_DATA FOR REVIEW_.
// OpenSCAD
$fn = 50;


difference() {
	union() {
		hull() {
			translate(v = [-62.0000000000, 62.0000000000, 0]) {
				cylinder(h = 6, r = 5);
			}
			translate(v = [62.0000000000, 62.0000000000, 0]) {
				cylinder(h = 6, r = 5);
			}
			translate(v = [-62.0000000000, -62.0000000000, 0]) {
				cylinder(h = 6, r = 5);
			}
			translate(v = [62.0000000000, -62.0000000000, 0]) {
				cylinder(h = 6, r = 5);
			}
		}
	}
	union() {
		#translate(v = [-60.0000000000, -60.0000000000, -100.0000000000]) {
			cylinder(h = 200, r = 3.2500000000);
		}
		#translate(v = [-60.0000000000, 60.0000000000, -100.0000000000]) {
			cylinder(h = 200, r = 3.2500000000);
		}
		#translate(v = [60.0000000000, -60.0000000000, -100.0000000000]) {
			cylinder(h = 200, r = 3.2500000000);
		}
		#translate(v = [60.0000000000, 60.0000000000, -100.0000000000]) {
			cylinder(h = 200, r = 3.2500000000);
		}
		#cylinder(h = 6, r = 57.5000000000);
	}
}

_PROBLEM DESCRIPTION_.
Read through the data and copy every line where "translate" shows up.

_RESULT BELOW_.
			translate(v = [-62.0000000000, 62.0000000000, 0]) {
			translate(v = [62.0000000000, 62.0000000000, 0]) {
			translate(v = [-62.0000000000, -62.0000000000, 0]) {
			translate(v = [62.0000000000, -62.0000000000, 0]) {
		#translate(v = [-60.0000000000, -60.0000000000, -100.0000000000]) {
		#translate(v = [-60.0000000000, 60.0000000000, -100.0000000000]) {
		#translate(v = [60.0000000000, -60.0000000000, -100.0000000000]) {
		#translate(v = [60.0000000000, 60.0000000000, -100.0000000000]) {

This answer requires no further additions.